Liberia is the most recent country to fall into the talons of a “vulture fund.” Last week, British courts ruled that Liberia has to pay $20 million to two vulture funds, Wall Capital Ltd. and Hamsah Investments, for a debt that dates back to 1978.
Vulture funds are private companies that buy up impoverished countries’ old debt, usually for pennies on the dollar. They wait until a country receives international cancellation of its other debts – a process that is intended to enable governments to engage in desperately needed education and health spending – and then sue the country in U.S. or European courts for the full face value of the debt, plus extra charges, for a huge profit.
For Liberia, as for many impoverished countries, $20 million can mean life or death.
Twenty million roughly equals the country’s entire education budget or 150% of its health spending last year. With life expectancy at a shocking average of 45 years and with one of the lowest standards of living in the world, the country’s democratic government has had the Sisyphean task of fighting extreme poverty while struggling with huge debt.

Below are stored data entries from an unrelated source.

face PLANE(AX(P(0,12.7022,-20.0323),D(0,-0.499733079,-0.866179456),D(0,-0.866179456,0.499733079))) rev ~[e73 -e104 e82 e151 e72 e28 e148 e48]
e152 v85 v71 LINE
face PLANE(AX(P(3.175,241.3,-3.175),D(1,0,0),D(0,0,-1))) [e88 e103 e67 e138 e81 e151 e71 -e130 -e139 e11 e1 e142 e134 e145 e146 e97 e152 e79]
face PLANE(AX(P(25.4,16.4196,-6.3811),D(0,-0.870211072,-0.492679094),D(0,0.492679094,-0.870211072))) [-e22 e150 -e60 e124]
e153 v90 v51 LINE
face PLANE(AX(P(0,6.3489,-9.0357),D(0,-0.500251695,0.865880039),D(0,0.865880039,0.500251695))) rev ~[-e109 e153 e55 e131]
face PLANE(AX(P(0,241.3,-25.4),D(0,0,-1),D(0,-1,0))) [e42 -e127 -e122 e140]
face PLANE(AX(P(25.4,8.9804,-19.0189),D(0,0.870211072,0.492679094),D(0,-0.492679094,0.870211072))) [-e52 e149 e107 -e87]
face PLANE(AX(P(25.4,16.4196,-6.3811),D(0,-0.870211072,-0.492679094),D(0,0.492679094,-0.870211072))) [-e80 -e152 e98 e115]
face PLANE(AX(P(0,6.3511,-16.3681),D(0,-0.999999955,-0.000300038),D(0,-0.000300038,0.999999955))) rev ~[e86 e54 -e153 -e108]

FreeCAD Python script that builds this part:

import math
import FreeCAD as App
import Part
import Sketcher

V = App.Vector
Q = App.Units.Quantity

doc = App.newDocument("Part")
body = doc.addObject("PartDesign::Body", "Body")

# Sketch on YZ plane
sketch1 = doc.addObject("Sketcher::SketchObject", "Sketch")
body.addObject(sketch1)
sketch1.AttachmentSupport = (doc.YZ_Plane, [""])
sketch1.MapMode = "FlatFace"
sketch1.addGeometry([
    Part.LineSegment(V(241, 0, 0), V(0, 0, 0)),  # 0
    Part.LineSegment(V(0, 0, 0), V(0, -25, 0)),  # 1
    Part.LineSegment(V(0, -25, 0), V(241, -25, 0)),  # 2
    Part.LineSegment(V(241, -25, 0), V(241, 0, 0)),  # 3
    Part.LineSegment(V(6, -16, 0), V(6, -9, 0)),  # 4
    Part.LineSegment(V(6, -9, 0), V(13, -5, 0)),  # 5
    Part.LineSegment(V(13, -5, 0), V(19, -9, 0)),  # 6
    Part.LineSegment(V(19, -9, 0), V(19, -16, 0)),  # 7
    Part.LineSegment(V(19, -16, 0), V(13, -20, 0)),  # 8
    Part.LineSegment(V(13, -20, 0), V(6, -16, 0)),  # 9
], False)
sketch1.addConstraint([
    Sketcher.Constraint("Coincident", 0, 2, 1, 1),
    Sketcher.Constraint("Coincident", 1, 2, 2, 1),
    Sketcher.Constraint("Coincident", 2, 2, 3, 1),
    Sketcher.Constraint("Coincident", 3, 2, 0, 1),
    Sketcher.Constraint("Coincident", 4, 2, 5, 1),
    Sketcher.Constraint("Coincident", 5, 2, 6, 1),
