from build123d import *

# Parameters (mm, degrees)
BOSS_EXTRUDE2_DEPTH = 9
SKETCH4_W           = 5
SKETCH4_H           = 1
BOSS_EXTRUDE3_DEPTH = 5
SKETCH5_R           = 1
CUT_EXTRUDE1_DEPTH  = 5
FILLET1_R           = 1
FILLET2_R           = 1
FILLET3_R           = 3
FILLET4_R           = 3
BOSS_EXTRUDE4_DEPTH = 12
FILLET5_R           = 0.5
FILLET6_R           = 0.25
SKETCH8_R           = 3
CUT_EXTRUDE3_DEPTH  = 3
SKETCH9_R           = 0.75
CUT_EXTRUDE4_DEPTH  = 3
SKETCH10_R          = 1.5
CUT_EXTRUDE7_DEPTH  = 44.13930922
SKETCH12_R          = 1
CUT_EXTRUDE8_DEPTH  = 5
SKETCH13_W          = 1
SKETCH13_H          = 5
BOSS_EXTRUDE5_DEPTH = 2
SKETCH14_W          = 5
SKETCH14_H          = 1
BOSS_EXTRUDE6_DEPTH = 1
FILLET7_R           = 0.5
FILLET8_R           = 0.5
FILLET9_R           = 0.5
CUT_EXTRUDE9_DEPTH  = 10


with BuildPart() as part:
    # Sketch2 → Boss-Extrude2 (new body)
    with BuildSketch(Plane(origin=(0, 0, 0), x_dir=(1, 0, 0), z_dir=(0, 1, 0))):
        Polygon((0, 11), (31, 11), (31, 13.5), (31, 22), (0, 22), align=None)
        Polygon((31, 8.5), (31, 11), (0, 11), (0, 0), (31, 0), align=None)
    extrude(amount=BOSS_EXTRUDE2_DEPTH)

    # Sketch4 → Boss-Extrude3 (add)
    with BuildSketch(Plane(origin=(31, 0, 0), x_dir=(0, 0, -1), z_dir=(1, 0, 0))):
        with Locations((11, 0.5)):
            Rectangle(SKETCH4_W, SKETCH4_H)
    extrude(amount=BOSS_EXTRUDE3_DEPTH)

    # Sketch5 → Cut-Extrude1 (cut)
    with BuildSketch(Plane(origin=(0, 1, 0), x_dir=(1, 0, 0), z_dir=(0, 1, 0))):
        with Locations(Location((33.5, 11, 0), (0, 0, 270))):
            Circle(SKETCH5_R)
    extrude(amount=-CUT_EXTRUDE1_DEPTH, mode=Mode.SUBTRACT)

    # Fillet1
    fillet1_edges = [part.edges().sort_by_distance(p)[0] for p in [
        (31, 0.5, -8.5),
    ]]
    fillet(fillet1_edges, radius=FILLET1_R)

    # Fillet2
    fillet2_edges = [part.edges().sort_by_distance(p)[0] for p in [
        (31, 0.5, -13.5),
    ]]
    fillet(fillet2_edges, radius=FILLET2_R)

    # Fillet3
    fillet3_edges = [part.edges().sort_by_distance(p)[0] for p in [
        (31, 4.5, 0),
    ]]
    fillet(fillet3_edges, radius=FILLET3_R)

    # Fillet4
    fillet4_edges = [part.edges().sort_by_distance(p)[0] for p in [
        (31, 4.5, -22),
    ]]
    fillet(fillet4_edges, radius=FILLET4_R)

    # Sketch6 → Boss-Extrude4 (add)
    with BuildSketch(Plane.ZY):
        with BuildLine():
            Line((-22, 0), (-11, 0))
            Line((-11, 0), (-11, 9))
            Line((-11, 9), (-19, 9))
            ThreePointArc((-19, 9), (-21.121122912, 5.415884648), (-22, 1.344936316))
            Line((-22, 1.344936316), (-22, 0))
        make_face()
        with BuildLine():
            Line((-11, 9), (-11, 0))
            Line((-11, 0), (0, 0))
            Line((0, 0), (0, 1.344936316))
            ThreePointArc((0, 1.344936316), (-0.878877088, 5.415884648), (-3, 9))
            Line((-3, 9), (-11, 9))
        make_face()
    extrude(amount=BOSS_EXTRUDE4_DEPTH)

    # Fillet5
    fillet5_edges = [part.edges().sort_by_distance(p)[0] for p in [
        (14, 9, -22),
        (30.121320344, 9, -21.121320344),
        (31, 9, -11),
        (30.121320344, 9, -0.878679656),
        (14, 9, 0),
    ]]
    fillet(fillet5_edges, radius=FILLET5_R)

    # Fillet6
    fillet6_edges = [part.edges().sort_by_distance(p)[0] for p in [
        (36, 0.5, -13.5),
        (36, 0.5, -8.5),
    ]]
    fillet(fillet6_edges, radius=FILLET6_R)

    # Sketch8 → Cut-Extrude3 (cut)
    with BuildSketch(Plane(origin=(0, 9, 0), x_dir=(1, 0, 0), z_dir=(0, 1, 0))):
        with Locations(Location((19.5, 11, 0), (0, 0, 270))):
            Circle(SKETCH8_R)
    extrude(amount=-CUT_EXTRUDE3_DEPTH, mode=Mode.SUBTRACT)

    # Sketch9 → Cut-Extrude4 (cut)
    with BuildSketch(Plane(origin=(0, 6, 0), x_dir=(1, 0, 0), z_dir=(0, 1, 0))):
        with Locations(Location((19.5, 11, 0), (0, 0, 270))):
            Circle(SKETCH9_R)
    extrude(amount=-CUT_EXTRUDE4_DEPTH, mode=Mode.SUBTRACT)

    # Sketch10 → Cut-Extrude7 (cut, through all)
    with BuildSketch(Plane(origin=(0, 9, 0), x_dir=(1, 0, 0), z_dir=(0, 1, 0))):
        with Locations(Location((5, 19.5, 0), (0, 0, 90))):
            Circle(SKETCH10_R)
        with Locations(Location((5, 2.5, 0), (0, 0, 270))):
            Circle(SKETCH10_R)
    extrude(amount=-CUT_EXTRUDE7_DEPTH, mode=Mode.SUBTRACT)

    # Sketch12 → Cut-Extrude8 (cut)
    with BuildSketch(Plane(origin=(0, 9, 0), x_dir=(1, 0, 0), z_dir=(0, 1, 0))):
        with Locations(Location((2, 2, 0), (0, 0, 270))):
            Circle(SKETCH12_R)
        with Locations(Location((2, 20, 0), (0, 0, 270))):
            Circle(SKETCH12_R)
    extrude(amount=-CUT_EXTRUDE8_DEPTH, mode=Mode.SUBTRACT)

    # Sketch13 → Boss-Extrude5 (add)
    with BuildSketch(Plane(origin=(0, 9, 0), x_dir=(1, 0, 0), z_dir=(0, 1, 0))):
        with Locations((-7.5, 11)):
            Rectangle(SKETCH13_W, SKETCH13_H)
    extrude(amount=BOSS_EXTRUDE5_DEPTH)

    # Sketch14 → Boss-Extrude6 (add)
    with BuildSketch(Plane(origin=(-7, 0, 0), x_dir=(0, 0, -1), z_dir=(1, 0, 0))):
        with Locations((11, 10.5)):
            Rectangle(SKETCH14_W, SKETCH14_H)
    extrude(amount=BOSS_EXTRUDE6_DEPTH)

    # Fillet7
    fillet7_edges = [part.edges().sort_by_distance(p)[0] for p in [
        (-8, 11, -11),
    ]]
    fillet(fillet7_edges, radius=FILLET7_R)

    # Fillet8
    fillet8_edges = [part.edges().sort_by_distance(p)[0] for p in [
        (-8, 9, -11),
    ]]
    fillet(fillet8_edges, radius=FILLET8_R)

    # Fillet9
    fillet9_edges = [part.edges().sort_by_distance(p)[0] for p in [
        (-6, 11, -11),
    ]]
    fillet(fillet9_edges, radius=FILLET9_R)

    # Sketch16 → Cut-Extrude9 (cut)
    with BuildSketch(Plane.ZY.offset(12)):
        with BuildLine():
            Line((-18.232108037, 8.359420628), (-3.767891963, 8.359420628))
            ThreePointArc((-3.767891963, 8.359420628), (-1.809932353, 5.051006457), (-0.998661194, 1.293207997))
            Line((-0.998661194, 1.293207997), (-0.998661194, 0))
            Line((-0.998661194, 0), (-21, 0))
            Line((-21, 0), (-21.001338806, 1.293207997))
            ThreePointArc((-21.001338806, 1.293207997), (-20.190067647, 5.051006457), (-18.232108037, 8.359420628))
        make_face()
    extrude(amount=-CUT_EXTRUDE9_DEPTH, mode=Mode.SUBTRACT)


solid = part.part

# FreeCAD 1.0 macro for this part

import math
import FreeCAD as App
import Part
import Sketcher


def edges_at(feature, points):
    """Names of the edges that pass closest to the given points."""
    edges = feature.Shape.Edges
    near = lambda p: min(range(len(edges)), key=lambda i: edges[i].distToShape(Part.Vertex(*p))[0])
    return sorted({f"Edge{near(p) + 1}" for p in points})

doc = App.newDocument("Part")
params = doc.addObject("Spreadsheet::Sheet", "Params")
for row, (alias, value) in enumerate([
    ("sketch1_width", "31 mm"),
    ("sketch1_height", "22 mm"),
    ("pad1_length", "9 mm"),
    ("sketch2_width", "1 mm"),
    ("sketch2_height", "5 mm"),
    ("pad2_length", "5 mm"),
    ("sketch3_diameter", "2 mm"),
    ("pocket1_length", "5 mm"),
    ("fillet_radius", "1 mm"),
    ("fillet2_radius", "1 mm"),
    ("fillet3_radius", "3 mm"),
    ("fillet4_radius", "3 mm"),
    ("sketch4_radius", "13 mm"),
    ("sketch4_height", "22 mm"),
    ("sketch4_height2", "16 mm"),
    ("pad3_length", "12 mm"),
    ("fillet5_radius", "0.5 mm"),
    ("fillet6_radius", "0.25 mm"),
    ("sketch5_diameter", "6 mm"),
    ("pocket2_length", "3 mm"),
    ("sketch6_diameter", "1.5 mm"),
    ("pocket3_length", "3 mm"),
    ("sketch7_diameter", "3 mm"),
    ("sketch8_diameter", "2 mm"),
    ("pocket5_length", "5 mm"),
    ("sketch9_width", "1 mm"),
    ("sketch9_height", "5 mm"),
    ("pad4_length", "2 mm"),
    ("sketch10_width", "1 mm"),
    ("sketch10_height", "5 mm"),
    ("pad5_length", "1 mm"),
    ("fillet7_radius", "0.5 mm"),
    ("fillet8_radius", "0.5 mm"),
    ("fillet9_radius", "0.5 mm"),
    ("sketch11_radius", "12 mm"),
    ("pocket6_length", "10 mm"),
], start=1):
    params.set(f"A{row}", alias)
    params.set(f"B{row}", "=" + value)
    params.setAlias(f"B{row}", alias)

body = doc.addObject("PartDesign::Body", "Body")

sketch1 = body.newObject("Sketcher::SketchObject", "Sketch")
sketch1.AttachmentSupport = (doc.getObject("XZ_Plane"), [""])
sketch1.MapMode = "FlatFace"
sketch1.addGeometry([
    Part.LineSegment(App.Vector(31, -22, 0), App.Vector(0, -22, 0)),
    Part.LineSegment(App.Vector(0, -22, 0), App.Vector(0, 0, 0)),
    Part.LineSegment(App.Vector(0, 0, 0), App.Vector(31, 0, 0)),
    Part.LineSegment(App.Vector(31, 0, 0), App.Vector(31, -22, 0)),
], False)
sketch1.addConstraint([
    Sketcher.Constraint("Coincident", 0, 2, 1, 1),
    Sketcher.Constraint("Coincident", 1, 2, 2, 1),
    Sketcher.Constraint("Coincident", 2, 2, 3, 1),
    Sketcher.Constraint("Coincident", 3, 2, 0, 1),
    Sketcher.Constraint("Horizontal", 0),
    Sketcher.Constraint("Vertical", 1),
    Sketcher.Constraint("Horizontal", 2),
    Sketcher.Constraint("Vertical", 3),
    Sketcher.Constraint("Coincident", 1, 2, -1, 1),
    Sketcher.Constraint("DistanceX", 0, 2, 0, 1, 31.0),
    Sketcher.Constraint("DistanceY", 1, 1, 1, 2, 22.0),
])
sketch1.setExpression("Constraints[9]", "Params.sketch1_width")
sketch1.setExpression("Constraints[10]", "Params.sketch1_height")
pad1 = body.newObject("PartDesign::Pad", "Pad")
pad1.Profile = sketch1
pad1.setExpression("Length", "Params.pad1_length")
pad1.Reversed = True

sketch2 = body.newObject("Sketcher::SketchObject", "Sketch001")
sketch2.AttachmentSupport = (doc.getObject("YZ_Plane"), [""])
sketch2.MapMode = "FlatFace"
sketch2.AttachmentOffset = App.Placement(App.Vector(0, 0, 31), App.Rotation())
sketch2.addGeometry([
    Part.LineSegment(App.Vector(1, -8.5, 0), App.Vector(0, -8.5, 0)),
    Part.LineSegment(App.Vector(0, -8.5, 0), App.Vector(0, -13.5, 0)),
    Part.LineSegment(App.Vector(0, -13.5, 0), App.Vector(1, -13.5, 0)),
    Part.LineSegment(App.Vector(1, -13.5, 0), App.Vector(1, -8.5, 0)),
], False)
sketch2.addConstraint([
    Sketcher.Constraint("Coincident", 0, 2, 1, 1),
    Sketcher.Constraint("Coincident", 1, 2, 2, 1),
    Sketcher.Constraint("Coincident", 2, 2, 3, 1),
    Sketcher.Constraint("Coincident", 3, 2, 0, 1),
    Sketcher.Constraint("Horizontal", 0),
    Sketcher.Constraint("Vertical", 1),
    Sketcher.Constraint("Horizontal", 2),
    Sketcher.Constraint("Vertical", 3),
    Sketcher.Constraint("PointOnObject", 0, 2, -2),
    Sketcher.Constraint("DistanceX", 0, 2, 0, 1, 1.0),
    Sketcher.Constraint("DistanceY", 1, 2, 1, 1, 5.0),
    Sketcher.Constraint("DistanceY", 0, 2, -1, 1, 8.5),
])
sketch2.setExpression("Constraints[9]", "Params.sketch2_width")
sketch2.setExpression("Constraints[10]", "Params.sketch2_height")
pad2 = body.newObject("PartDesign::Pad", "Pad001")
pad2.Profile = sketch2
pad2.setExpression("Length", "Params.pad2_length")

sketch3 = body.newObject("Sketcher::SketchObject", "Sketch002")
sketch3.AttachmentSupport = (doc.getObject("XZ_Plane"), [""])
sketch3.MapMode = "FlatFace"
sketch3.AttachmentOffset = App.Placement(App.Vector(0, 0, -1), App.Rotation())
sketch3.addGeometry(Part.Circle(App.Vector(33.5, -11, 0), App.Vector(0, 0, 1), 1), False)
sketch3.addConstraint([
    Sketcher.Constraint("Diameter", 0, 2.0),
    Sketcher.Constraint("DistanceY", 0, 3, -1, 1, 11.0),
    Sketcher.Constraint("DistanceX", -1, 1, 0, 3, 33.5),
])
sketch3.setExpression("Constraints[0]", "Params.sketch3_diameter")
pocket1 = body.newObject("PartDesign::Pocket", "Pocket")
pocket1.Profile = sketch3
pocket1.setExpression("Length", "Params.pocket1_length")
pocket1.Reversed = True
doc.recompute()

fillet = body.newObject("PartDesign::Fillet", "Fillet")
fillet.Base = (pocket1, edges_at(pocket1, [(31, 0.5, -8.5)]))
fillet.setExpression("Radius", "Params.fillet_radius")
doc.recompute()

fillet2 = body.newObject("PartDesign::Fillet", "Fillet001")
fillet2.Base = (fillet, edges_at(fillet, [(31, 0.5, -13.5)]))
fillet2.setExpression("Radius", "Params.fillet2_radius")
doc.recompute()

fillet3 = body.newObject("PartDesign::Fillet", "Fillet002")
fillet3.Base = (fillet2, edges_at(fillet2, [(31, 4.5, 0)]))
fillet3.setExpression("Radius", "Params.fillet3_radius")
doc.recompute()

fillet4 = body.newObject("PartDesign::Fillet", "Fillet003")
fillet4.Base = (fillet3, edges_at(fillet3, [(31, 4.5, -22)]))
fillet4.setExpression("Radius", "Params.fillet4_radius")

If there was ever a case for debt cancellation, Liberia is it. Most of its debts were accumulated over the last 30 years, often by despotic leaders, beginning with the autocratic regime of Samuel Doe from 1980-1989 and continuing through the brutal civil war. Under Charles Taylor’s power, the war killed an estimated 270,000 people and displaced almost 1 million Liberians.
Not only are the majority of Liberia’s debts illegitimate, the new democratic government run by Ellen Johnson-Sirleaf is doing everything it can to start a new chapter in the country’s history. In 2007, Liberia paid off its backlog of debts to the World Bank and African Development Bank, and in April of this year reached an agreement to buy back – at a steep discount — 97% of its private debt.
The scandal deepens, however, as Wall Capital Ltd. and Hamsah Investments were the only two private creditors that did not participate in this year’s debt cancellation negotiations. Instead, they waited until the deal was complete before swooping in and suing. The two companies had bought the debt years before; it dated back to 1978 and was worth only $6 million. They are perfect examples of how a vulture fund’s only reason for existence is to manipulate the U.S. and U.K. court systems that favor creditors in order to take impoverished countries’ precious resources and finance their own coffers.
For almost 15 years, the Jubilee movement has worked around the world to call for debt cancellation as an effective way to fight poverty and the morally right step toward restoring right relationships between peoples. The vulture funds’ actions are one of the most audacious attempts we have seen to undermine these worldwide efforts.
Liberia’s case shows how critical the fight against vultures is. We must work to end their predatory practices before any more countries have to suffer – and before any more bankers get rich off the backs of the world’s most impoverished.
The Stop VULTURE Funds Act is a bill currently in the House of Representatives, which would take away the ability and incentive for vulture funds to make exorbitant amounts of money off of the most impoverished by limiting the interest rates they can charge. The bill would also require private creditors to disclose much more information about their own business practices before they can sue a poor country in U.S. courts – including how much they paid for the debt in the first place. Liberia’s story is extreme, but also representative of the struggle of many countries around the world who are trying to do everything they can to succeed, but who continue to be pushed back down the mountain.
Hayley Hathaway is operations & communications coordinator for the Jubilee USA Network.